Might be fakesolve womp womp Note that $\sum_{i=2}^\infty \frac{1}{i^k} < \frac{1}{2}$ for $k \ge 3$. Let $\overline{a_k a_{k-1} \dots a_0}$ be a common sequence which is not all $0$. For each $i$, the number of $n \in [1, N]$ for which $n$ expands in base $i$ in that behavior is at most $\left\lceil \frac{n}{i^k} \right\rceil$. This means that asymptotically, we have that at most \[ \sum_{i=2}^n \frac{n}{i^k} + \sqrt{n} < n \]numbers are covered. This means that a common sequence has $k \le 2$. $k = 1$ works so let's consider common sequences $\overline{ab}$. If $a \ge 2$, then we have that \[ \frac{\pi^2}{6} - 1 - \frac{1}{4} + \frac{1}{2} < 1 \]so there is no solution.

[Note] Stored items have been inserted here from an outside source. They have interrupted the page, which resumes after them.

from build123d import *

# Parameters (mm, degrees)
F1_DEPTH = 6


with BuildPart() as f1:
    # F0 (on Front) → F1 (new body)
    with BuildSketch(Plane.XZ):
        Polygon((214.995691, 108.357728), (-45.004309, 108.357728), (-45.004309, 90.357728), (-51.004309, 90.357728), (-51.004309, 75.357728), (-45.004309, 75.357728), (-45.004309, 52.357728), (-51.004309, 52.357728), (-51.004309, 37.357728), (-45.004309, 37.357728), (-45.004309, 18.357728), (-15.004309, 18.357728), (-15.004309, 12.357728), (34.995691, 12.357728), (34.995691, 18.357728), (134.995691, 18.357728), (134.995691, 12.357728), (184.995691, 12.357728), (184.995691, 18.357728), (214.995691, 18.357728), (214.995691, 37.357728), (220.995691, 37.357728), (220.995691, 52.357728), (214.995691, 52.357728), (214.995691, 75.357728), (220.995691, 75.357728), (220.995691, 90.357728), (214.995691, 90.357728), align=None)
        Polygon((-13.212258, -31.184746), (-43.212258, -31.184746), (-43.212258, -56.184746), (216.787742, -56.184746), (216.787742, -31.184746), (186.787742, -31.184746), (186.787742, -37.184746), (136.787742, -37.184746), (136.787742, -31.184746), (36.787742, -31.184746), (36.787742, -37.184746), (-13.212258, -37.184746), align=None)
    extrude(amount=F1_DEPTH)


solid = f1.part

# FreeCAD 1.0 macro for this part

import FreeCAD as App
import Part
import Sketcher

V = App.Vector
Q = App.Units.Quantity

doc = App.newDocument("Part")
body = doc.addObject("PartDesign::Body", "Body")
body.AllowCompound = True

sketch1 = body.newObject("Sketcher::SketchObject", "Sketch")
sketch1.AttachmentSupport = (doc.getObject("XZ_Plane"), [""])
sketch1.MapMode = "FlatFace"
sketch1.addGeometry([
    Part.LineSegment(V(215, 108, 0), V(-45, 108, 0)),
    Part.LineSegment(V(-45, 108, 0), V(-45, 90, 0)),
    Part.LineSegment(V(-45, 90, 0), V(-51, 90, 0)),
    Part.LineSegment(V(-51, 90, 0), V(-51, 75, 0)),
    Part.LineSegment(V(-51, 75, 0), V(-45, 75, 0)),
    Part.LineSegment(V(-45, 75, 0), V(-45, 52, 0)),
    Part.LineSegment(V(-45, 52, 0), V(-51, 52, 0)),
    Part.LineSegment(V(-51, 52, 0), V(-51, 37, 0)),
    Part.LineSegment(V(-51, 37, 0), V(-45, 37, 0)),
    Part.LineSegment(V(-45, 37, 0), V(-45, 18, 0)),
    Part.LineSegment(V(-45, 18, 0), V(-15, 18, 0)),
    Part.LineSegment(V(-15, 18, 0), V(-15, 12, 0)),
    Part.LineSegment(V(-15, 12, 0), V(35, 12, 0)),
    Part.LineSegment(V(35, 12, 0), V(35, 18, 0)),
    Part.LineSegment(V(35, 18, 0), V(135, 18, 0)),
    Part.LineSegment(V(135, 18, 0), V(135, 12, 0)),
    Part.LineSegment(V(135, 12, 0), V(185, 12, 0)),
    Part.LineSegment(V(185, 12, 0), V(185, 18, 0)),
    Part.LineSegment(V(185, 18, 0), V(215, 18, 0)),
    Part.LineSegment(V(215, 18, 0), V(215, 37, 0)),
    Part.LineSegment(V(215, 37, 0), V(221, 37, 0)),
    Part.LineSegment(V(221, 37, 0), V(221, 52, 0)),
    Part.LineSegment(V(221, 52, 0), V(215, 52, 0)),
    Part.LineSegment(V(215, 52, 0), V(215, 75, 0)),
    Part.LineSegment(V(215, 75, 0), V(221, 75, 0)),
    Part.LineSegment(V(221, 75, 0), V(221, 90, 0)),
    Part.LineSegment(V(221, 90, 0), V(215, 90, 0)),
    Part.LineSegment(V(215, 90, 0), V(215, 108, 0)),
    Part.LineSegment(V(-13, -31, 0), V(-43, -31, 0)),
    Part.LineSegment(V(-43, -31, 0), V(-43, -56, 0)),
    Part.LineSegment(V(-43, -56, 0), V(217, -56, 0)),
    Part.LineSegment(V(217, -56, 0), V(217, -31, 0)),
    Part.LineSegment(V(217, -31, 0), V(187, -31, 0)),
    Part.LineSegment(V(187, -31, 0), V(187, -37, 0)),
    Part.LineSegment(V(187, -37, 0), V(137, -37, 0)),
    Part.LineSegment(V(137, -37, 0), V(137, -31, 0)),
    Part.LineSegment(V(137, -31, 0), V(37, -31, 0)),
    Part.LineSegment(V(37, -31, 0), V(37, -37, 0)),
    Part.LineSegment(V(37, -37, 0), V(-13, -37, 0)),
    Part.LineSegment(V(-13, -37, 0), V(-13, -31, 0)),
], False)
sketch1.addConstraint([
    Sketcher.Constraint("Coincident", 0, 2, 1, 1),
    Sketcher.Constraint("Coincident", 1, 2, 2, 1),
    Sketcher.Constraint("Coincident", 2, 2, 3, 1),
    Sketcher.Constraint("Coincident", 3, 2, 4, 1),
    Sketcher.Constraint("Coincident", 4, 2, 5, 1),
    Sketcher.Constraint("Coincident", 5, 2, 6, 1),
    Sketcher.Constraint("Coincident", 6, 2, 7, 1),
    Sketcher.Constraint("Coincident", 7, 2, 8, 1),
    Sketcher.Constraint("Coincident", 8, 2, 9, 1),
    Sketcher.Constraint("Coincident", 9, 2, 10, 1),
    Sketcher.Constraint("Coincident", 10, 2, 11, 1),
    Sketcher.Constraint("Coincident", 11, 2, 12, 1),
    Sketcher.Constraint("Coincident", 12, 2, 13, 1),
    Sketcher.Constraint("Coincident", 13, 2, 14, 1),
    Sketcher.Constraint("Coincident", 14, 2, 15, 1),
    Sketcher.Constraint("Coincident", 15, 2, 16, 1),
    Sketcher.Constraint("Coincident", 16, 2, 17, 1),
    Sketcher.Constraint("Coincident", 17, 2, 18, 1),
    Sketcher.Constraint("Coincident", 18, 2, 19, 1),
    Sketcher.Constraint("Coincident", 19, 2, 20, 1),
    Sketcher.Constraint("Coincident", 20, 2, 21, 1),
    Sketcher.Constraint("Coincident", 21, 2, 22, 1),
    Sketcher.Constraint("Coincident", 22, 2, 23, 1),
    Sketcher.Constraint("Coincident", 23, 2, 24, 1),
    Sketcher.Constraint("Coincident", 24, 2, 25, 1),
    Sketcher.Constraint("Coincident", 25, 2, 26, 1),
    Sketcher.Constraint("Coincident", 26, 2, 27, 1),
    Sketcher.Constraint("Coincident", 27, 2, 0, 1),
    Sketcher.Constraint("Coincident", 28, 2, 29, 1),
    Sketcher.Constraint("Coincident", 29, 2, 30, 1),
    Sketcher.Constraint("Coincident", 30, 2, 31, 1),
    Sketcher.Constraint("Coincident", 31, 2, 32, 1),
    Sketcher.Constraint("Coincident", 32, 2, 33, 1),
    Sketcher.Constraint("Coincident", 33, 2, 34, 1),
    Sketcher.Constraint("Coincident", 34, 2, 35, 1),
    Sketcher.Constraint("Coincident", 35, 2, 36, 1),
    Sketcher.Constraint("Coincident", 36, 2, 37, 1),
    Sketcher.Constraint("Coincident", 37, 2, 38, 1),
    Sketcher.Constraint("Coincident", 38, 2, 39, 1),
    Sketcher.Constraint("Coincident", 39, 2, 28, 1),
    Sketcher.Constraint("Horizontal", 0),
    Sketcher.Constraint("Vertical", 1),
    Sketcher.Constraint("Horizontal", 2),
    Sketcher.Constraint("Vertical", 3),
    Sketcher.Constraint("Horizontal", 4),
    Sketcher.Constraint("Vertical", 5),
    Sketcher.Constraint("Horizontal", 6),
    Sketcher.Constraint("Vertical", 7),
    Sketcher.Constraint("Horizontal", 8),
    Sketcher.Constraint("Vertical", 9),
    Sketcher.Constraint("Horizontal", 10),
    Sketcher.Constraint("Vertical", 11),
    Sketcher.Constraint("Horizontal", 12),
    Sketcher.Constraint("Vertical", 13),
    Sketcher.Constraint("Horizontal", 14),
    Sketcher.Constraint("Vertical", 15),
    Sketcher.Constraint("Horizontal", 16),
    Sketcher.Constraint("Vertical", 17),
    Sketcher.Constraint("Horizontal", 18),
    Sketcher.Constraint("Vertical", 19),
    Sketcher.Constraint("Horizontal", 20),
    Sketcher.Constraint("Vertical", 21),
    Sketcher.Constraint("Horizontal", 22),
    Sketcher.Constraint("Vertical", 23),
    Sketcher.Constraint("Horizontal", 24),
    Sketcher.Constraint("Vertical", 25),
    Sketcher.Constraint("Horizontal", 26),
    Sketcher.Constraint("Vertical", 27),
    Sketcher.Constraint("Horizontal", 28),
    Sketcher.Constraint("Vertical", 29),
    Sketcher.Constraint("Horizontal", 30),
    Sketcher.Constraint("Vertical", 31),
    Sketcher.Constraint("Horizontal", 32),
    Sketcher.Constraint("Vertical", 33),
    Sketcher.Constraint("Horizontal", 34),
    Sketcher.Constraint("Vertical", 35),
    Sketcher.Constraint("Horizontal", 36),
    Sketcher.Constraint("Vertical", 37),
    Sketcher.Constraint("Horizontal", 38),
    Sketcher.Constraint("Vertical", 39),
    Sketcher.Constraint("Horizontal", 10, 2, 13, 2),
    Sketcher.Constraint("Horizontal", 12, 2, 15, 2),
    Sketcher.Constraint("Horizontal", 14, 2, 17, 2),
    Sketcher.Constraint("Horizontal", 8, 2, 19, 2),
    Sketcher.Constraint("Horizontal", 6, 2, 21, 2),
    Sketcher.Constraint("Horizontal", 4, 2, 23, 2),
    Sketcher.Constraint("Horizontal", 2, 2, 25, 2),
    Sketcher.Constraint("Horizontal", 28, 2, 31, 2),
    Sketcher.Constraint("Horizontal", 32, 2, 35, 2),
    Sketcher.Constraint("Horizontal", 34, 2, 37, 2),
    Sketcher.Constraint("Vertical", 1, 2, 4, 2),
    Sketcher.Constraint("Vertical", 3, 2, 6, 2),
    Sketcher.Constraint("Vertical", 5, 2, 8, 2),
    Sketcher.Constraint("Vertical", 19, 2, 22, 2),
    Sketcher.Constraint("Vertical", 21, 2, 24, 2),
    Sketcher.Constraint("Vertical", 23, 2, 26, 2),
    Sketcher.Constraint("Equal", 12, 16),
    Sketcher.Constraint("Equal", 10, 18),
    Sketcher.Constraint("Equal", 8, 20),
    Sketcher.Constraint("Equal", 18, 28),
    Sketcher.Constraint("Equal", 0, 30),
    Sketcher.Constraint("Equal", 28, 32),
    Sketcher.Constraint("Equal", 16, 34),
    Sketcher.Constraint("Equal", 14, 36),
    Sketcher.Constraint("Equal", 3, 7),
    Sketcher.Constraint("Equal", 26, 11),
    Sketcher.Constraint("Equal", 17, 33),
    Sketcher.Constraint("DistanceX", 0, 2, 0, 1, Q("260 mm")),
    Sketcher.Constraint("DistanceX", 2, 2, 2, 1, Q("6 mm")),
    Sketcher.Constraint("DistanceX", 10, 1, 10, 2, Q("30 mm")),
    Sketcher.Constraint("DistanceX", 12, 1, 12, 2, Q("50 mm")),
    Sketcher.Constraint("DistanceY", 1, 2, 1, 1, Q("18 mm")),
    Sketcher.Constraint("DistanceY", 3, 2, 3, 1, Q("15 mm")),
    Sketcher.Constraint("DistanceY", 5, 2, 5, 1, Q("23 mm")),
    Sketcher.Constraint("DistanceY", 9, 2, 9, 1, Q("19 mm")),
    Sketcher.Constraint("DistanceY", 29, 2, 29, 1, Q("25 mm")),
    Sketcher.Constraint("DistanceX", 0, 2, -1, 1, Q("45.004309 mm")),
    Sketcher.Constraint("DistanceY", -1, 1, 5, 2, Q("52.357728 mm")),
    Sketcher.Constraint("DistanceX", -1, 1, 30, 2, Q("216.787742 mm")),
    Sketcher.Constraint("DistanceY", 28, 2, -1, 1, Q("31.184746 mm")),
])
pad1 = body.newObject("PartDesign::Pad", "Pad")
pad1.Profile = sketch1
pad1.Length = 6

doc.recompute()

For $\overline{1r}$, taking $n-r$ suffices. Then it follows that the only common sequences are $0, 1, 2, \dots, 9$ and $10, 11, \dots, 19$.

@Above, but for 1r, for any n>r you can simply take base n-r to get the representation 1r in that base

The only such sequences are the numbers from $0$ to $19$. These are clearly achievable by taking $m=n-d$ where $d$ is the final digit of the sequence. Let $d$ be the final digit of the sequence. Let $n=p+d$ for a sufficiently large prime $p$. Then $m|n-d$ so we must have $m=p$. But then $n=1d_{m}$ leading to the above forms.